Monsereenusorn, C., Rujkijyanont, P., & Traivaree, C. (2015). The clinical effect of fentanyl in comparison with ketamine in analgesic effect for oncology procedures in children: A randomized, double-blinded, crossover trial. Journal of the Medical Association of Thailand = Chotmaihet Thangphaet, 98, 358–364.

Study Purpose

To compare the effects of fentanyl and ketamine as premedication before painful procedures in children

Intervention Characteristics/Basic Study Process

Participants scheduled for invasive procedures requiring sedation were randomized to receive either fentanyl or ketamine pre-medication before lumbar puncture for intrathecal chemotherapy or bone marrow biopsy. The treatment was reversed prior to the next procedure each child received. Pain was measured two hours after the procedure when patients fully recovered from sedation, and patients were monitored for 24 hours after the procedure. The average washout period was 5.8 weeks.

Sample Characteristics

  • N = 55   
  • AGE = 16% were younger than 4, 43.6 % were 4–8 years, and 40% were older than 8
  • MALES: 49.1%, FEMALES: 50.9%
  • KEY DISEASE CHARACTERISTICS: All had hematologic cancers

Setting

  • SITE: Single site   
  • SETTING TYPE: Not specified    
  • LOCATION: Thailand

Phase of Care and Clinical Applications

  • PHASE OF CARE: Multiple phases of care
  • APPLICATIONS: Palliative care 

Study Design

  • Controlled, randomized, crossover trial

Measurement Instruments/Methods

  • FLACC scale (Faces, Legs, Activity, Cry, Consolability) for those younger than four years
  • Wong-Baker FACES pain rating scale for 4–8 year olds
  • Visual Analog Scale for Pain (VAS-Pain) for those older than eight years

Results

Pain severity was lower with fentanyl (median 2 versus median 2.44 with ketamine) (p = 0.002). When receiving fentanyl, patients also had less nausea and vomiting post-procedure.

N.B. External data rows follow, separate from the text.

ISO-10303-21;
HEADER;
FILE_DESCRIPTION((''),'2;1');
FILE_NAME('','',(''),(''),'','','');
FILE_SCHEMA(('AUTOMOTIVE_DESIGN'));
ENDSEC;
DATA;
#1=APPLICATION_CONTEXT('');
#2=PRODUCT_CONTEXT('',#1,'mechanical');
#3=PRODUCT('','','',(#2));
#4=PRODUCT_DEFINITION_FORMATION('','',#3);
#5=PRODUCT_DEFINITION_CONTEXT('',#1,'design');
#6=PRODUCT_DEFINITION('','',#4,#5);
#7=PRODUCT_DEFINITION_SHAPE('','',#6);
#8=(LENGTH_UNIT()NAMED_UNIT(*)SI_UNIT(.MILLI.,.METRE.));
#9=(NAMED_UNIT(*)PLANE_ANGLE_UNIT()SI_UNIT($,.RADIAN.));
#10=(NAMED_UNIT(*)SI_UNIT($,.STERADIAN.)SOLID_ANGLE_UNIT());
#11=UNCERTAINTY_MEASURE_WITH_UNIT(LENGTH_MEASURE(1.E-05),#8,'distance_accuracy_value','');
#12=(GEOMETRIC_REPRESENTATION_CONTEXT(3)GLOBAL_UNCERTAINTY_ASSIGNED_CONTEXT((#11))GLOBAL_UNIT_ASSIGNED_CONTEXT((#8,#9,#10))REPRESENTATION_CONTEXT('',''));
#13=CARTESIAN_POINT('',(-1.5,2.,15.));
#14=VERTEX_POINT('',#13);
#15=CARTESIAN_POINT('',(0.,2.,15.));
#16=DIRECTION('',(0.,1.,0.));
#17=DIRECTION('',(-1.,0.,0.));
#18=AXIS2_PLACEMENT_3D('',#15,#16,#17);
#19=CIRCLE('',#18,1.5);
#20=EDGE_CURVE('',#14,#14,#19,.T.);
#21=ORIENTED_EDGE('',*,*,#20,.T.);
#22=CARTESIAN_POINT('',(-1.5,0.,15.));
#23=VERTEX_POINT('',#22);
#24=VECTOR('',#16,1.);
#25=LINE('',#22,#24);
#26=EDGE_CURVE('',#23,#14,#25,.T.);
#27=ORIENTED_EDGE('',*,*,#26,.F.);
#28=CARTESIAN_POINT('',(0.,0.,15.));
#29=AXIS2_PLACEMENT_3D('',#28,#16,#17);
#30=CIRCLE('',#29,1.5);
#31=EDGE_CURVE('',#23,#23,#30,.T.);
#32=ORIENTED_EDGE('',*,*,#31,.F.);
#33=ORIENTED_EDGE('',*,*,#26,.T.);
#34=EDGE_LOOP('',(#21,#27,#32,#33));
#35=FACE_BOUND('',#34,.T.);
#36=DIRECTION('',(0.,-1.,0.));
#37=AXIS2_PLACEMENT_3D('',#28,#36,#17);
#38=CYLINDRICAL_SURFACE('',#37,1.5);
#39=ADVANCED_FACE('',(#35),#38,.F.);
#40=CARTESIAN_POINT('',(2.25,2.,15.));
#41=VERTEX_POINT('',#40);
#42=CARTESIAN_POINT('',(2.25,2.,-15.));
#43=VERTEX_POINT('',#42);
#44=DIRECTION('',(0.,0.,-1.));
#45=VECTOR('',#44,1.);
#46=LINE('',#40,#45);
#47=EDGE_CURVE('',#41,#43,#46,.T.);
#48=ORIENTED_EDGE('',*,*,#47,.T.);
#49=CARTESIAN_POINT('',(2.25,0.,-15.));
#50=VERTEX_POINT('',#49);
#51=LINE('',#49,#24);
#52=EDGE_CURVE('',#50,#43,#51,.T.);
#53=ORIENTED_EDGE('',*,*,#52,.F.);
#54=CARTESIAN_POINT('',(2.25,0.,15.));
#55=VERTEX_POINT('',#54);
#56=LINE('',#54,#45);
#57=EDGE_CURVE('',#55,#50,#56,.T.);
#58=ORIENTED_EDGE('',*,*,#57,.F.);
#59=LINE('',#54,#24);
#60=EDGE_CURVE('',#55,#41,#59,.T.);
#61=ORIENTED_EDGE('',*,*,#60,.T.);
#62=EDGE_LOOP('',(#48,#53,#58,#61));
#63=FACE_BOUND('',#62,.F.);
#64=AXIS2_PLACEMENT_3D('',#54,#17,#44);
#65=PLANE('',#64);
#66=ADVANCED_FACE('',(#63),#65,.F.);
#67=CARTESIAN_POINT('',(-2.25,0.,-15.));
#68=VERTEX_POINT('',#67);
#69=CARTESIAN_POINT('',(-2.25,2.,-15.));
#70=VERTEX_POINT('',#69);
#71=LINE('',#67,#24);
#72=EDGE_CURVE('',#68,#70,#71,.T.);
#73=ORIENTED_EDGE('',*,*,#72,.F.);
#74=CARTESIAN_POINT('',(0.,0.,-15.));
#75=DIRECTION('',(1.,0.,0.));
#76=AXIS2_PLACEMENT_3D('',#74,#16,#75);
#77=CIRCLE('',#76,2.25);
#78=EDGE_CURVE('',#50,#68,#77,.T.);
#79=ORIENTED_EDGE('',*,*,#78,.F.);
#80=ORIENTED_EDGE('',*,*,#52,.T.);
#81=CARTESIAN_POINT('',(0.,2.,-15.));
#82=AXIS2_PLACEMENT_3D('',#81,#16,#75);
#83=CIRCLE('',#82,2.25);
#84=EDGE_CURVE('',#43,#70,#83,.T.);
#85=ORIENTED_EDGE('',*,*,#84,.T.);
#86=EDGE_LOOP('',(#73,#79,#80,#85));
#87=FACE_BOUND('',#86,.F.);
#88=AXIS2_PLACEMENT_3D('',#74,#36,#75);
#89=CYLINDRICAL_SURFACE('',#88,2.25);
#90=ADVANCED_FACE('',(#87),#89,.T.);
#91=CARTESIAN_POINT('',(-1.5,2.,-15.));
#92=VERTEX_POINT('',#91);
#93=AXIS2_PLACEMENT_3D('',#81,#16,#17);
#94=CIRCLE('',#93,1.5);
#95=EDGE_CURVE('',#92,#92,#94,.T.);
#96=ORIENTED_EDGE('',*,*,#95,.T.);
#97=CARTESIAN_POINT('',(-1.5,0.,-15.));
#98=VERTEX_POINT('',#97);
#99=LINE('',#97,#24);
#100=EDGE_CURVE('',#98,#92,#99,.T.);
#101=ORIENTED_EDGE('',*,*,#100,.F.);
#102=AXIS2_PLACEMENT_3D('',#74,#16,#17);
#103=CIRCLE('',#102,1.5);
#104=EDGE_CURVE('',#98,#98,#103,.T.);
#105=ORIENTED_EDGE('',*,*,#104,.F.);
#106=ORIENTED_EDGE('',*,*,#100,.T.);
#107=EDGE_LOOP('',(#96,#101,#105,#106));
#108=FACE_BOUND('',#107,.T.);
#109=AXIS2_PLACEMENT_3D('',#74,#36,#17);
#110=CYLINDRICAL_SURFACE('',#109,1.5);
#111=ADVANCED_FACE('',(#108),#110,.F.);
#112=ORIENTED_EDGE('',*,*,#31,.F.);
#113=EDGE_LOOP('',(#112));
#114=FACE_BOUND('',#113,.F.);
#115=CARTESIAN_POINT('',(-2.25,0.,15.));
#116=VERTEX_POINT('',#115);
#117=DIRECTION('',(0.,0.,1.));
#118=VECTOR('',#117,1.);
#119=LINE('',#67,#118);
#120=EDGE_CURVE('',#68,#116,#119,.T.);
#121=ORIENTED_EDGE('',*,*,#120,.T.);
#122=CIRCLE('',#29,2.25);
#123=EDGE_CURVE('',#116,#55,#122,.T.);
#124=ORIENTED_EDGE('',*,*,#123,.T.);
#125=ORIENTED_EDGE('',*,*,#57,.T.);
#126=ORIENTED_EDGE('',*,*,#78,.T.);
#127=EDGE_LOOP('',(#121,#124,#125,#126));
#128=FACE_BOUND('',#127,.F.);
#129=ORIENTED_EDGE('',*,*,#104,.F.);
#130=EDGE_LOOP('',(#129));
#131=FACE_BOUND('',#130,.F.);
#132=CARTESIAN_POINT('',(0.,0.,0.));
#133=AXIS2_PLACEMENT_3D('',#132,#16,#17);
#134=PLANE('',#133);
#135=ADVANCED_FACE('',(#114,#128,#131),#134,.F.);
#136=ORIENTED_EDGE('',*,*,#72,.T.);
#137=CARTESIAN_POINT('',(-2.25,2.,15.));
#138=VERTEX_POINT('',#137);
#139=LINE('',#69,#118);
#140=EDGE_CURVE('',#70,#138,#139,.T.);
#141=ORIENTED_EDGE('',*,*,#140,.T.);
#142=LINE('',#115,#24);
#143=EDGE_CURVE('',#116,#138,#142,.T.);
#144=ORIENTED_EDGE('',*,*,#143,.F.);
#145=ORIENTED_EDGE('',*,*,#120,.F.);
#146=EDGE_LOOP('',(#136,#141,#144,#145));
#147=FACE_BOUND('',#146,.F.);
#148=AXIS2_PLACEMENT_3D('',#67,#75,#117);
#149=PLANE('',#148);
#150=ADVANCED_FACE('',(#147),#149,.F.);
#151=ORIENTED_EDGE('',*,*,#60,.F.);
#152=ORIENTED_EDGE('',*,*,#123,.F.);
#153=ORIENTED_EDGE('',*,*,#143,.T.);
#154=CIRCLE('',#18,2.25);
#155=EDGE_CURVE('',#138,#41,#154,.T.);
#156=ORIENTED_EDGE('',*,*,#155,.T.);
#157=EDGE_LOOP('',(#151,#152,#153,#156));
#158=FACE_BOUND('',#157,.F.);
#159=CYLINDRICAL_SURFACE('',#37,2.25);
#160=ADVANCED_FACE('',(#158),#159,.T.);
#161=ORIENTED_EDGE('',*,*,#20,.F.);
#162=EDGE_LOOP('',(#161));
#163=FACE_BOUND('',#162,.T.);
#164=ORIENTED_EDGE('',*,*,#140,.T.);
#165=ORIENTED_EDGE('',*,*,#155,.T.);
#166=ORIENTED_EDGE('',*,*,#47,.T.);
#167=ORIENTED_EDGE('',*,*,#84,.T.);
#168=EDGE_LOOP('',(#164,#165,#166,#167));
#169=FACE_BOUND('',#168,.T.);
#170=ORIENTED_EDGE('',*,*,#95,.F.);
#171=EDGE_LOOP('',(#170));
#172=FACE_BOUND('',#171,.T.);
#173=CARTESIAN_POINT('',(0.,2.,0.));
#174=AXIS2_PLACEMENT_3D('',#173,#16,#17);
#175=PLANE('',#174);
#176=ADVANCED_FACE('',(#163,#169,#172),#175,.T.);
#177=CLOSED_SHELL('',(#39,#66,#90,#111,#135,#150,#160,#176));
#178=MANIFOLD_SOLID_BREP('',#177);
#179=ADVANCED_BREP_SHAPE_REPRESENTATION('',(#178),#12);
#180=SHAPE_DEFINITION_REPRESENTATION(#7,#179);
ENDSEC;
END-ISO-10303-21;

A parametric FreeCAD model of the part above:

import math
import FreeCAD as App
import Part
import Sketcher

V = App.Vector
Q = App.Units.Quantity

doc = App.newDocument("Part")
body = doc.addObject("PartDesign::Body", "Body")

sketch1 = body.newObject("Sketcher::SketchObject", "Sketch")
sketch1.AttachmentSupport = (doc.getObject("XZ_Plane"), [""])
sketch1.MapMode = "FlatFace"
sketch1.addGeometry(Part.ArcOfCircle(Part.Circle(V(0, 15, 0), V(0, 0, 1), 2.2), math.radians(0), math.radians(180)), False)
sketch1.addGeometry(Part.LineSegment(V(2.2, 15, 0), V(2.2, -15, 0)), False)
sketch1.addGeometry(Part.ArcOfCircle(Part.Circle(V(0, -15, 0), V(0, 0, 1), 2.2), math.radians(180), math.radians(360)), False)
sketch1.addGeometry(Part.LineSegment(V(-2.2, -15, 0), V(-2.2, 15, 0)), False)
sketch1.addGeometry(Part.Circle(V(0, -15, 0), V(0, 0, 1), 1.5), False)
sketch1.addGeometry(Part.Circle(V(0, 15, 0), V(0, 0, 1), 1.5), False)
sketch1.addConstraint(Sketcher.Constraint("Tangent", 0, 1, 1, 1))
sketch1.addConstraint(Sketcher.Constraint("Tangent", 1, 2, 2, 2))
sketch1.addConstraint(Sketcher.Constraint("Tangent", 2, 1, 3, 1))
sketch1.addConstraint(Sketcher.Constraint("Tangent", 3, 2, 0, 2))
sketch1.addConstraint(Sketcher.Constraint("Vertical", 1))
sketch1.addConstraint(Sketcher.Constraint("Vertical", 3))
sketch1.addConstraint(Sketcher.Constraint("Coincident", 4, 3, 2, 3))
sketch1.addConstraint(Sketcher.Constraint("Coincident", 5, 3, 0, 3))
sketch1.addConstraint(Sketcher.Constraint("Equal", 4, 5))
sketch1.addConstraint(Sketcher.Constraint("Symmetric", 0, 3, 2, 3, -1, 1))
sketch1.addConstraint(Sketcher.Constraint("Diameter", 4, Q("3 mm")))
sketch1.addConstraint(Sketcher.Constraint("DistanceY", 1, 2, 1, 1, Q("30 mm")))
sketch1.addConstraint(Sketcher.Constraint("Radius", 0, Q("2.25 mm")))
pad1 = body.newObject("PartDesign::Pad", "Pad")
pad1.Profile = sketch1
pad1.Length = 2
pad1.Reversed = True

doc.recompute()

Ketamine was associated with side effects of hallucination, nausea, vomiting, and increased salivation. Side effects seen with fentanyl were nausea (9%) and vomiting (3.64%) within 24 hours post-procedure.

Conclusions

Premedication with fentanyl in children prior to invasive procedures was associated with less severe pain and fewer side effects compared to ketamine.

Limitations

It is unclear if the specific procedures were the same for both study conditions in the crossover. Validity of determination of side effects such as hallucination in the youngest children is questionable—behavioral changes were included in the author's definition of this side effect.

Nursing Implications

Fentanyl premedication for invasive procedures requiring sedation in children was associated with lower severity of pain after the procedures and fewer side effects compared to ketamine.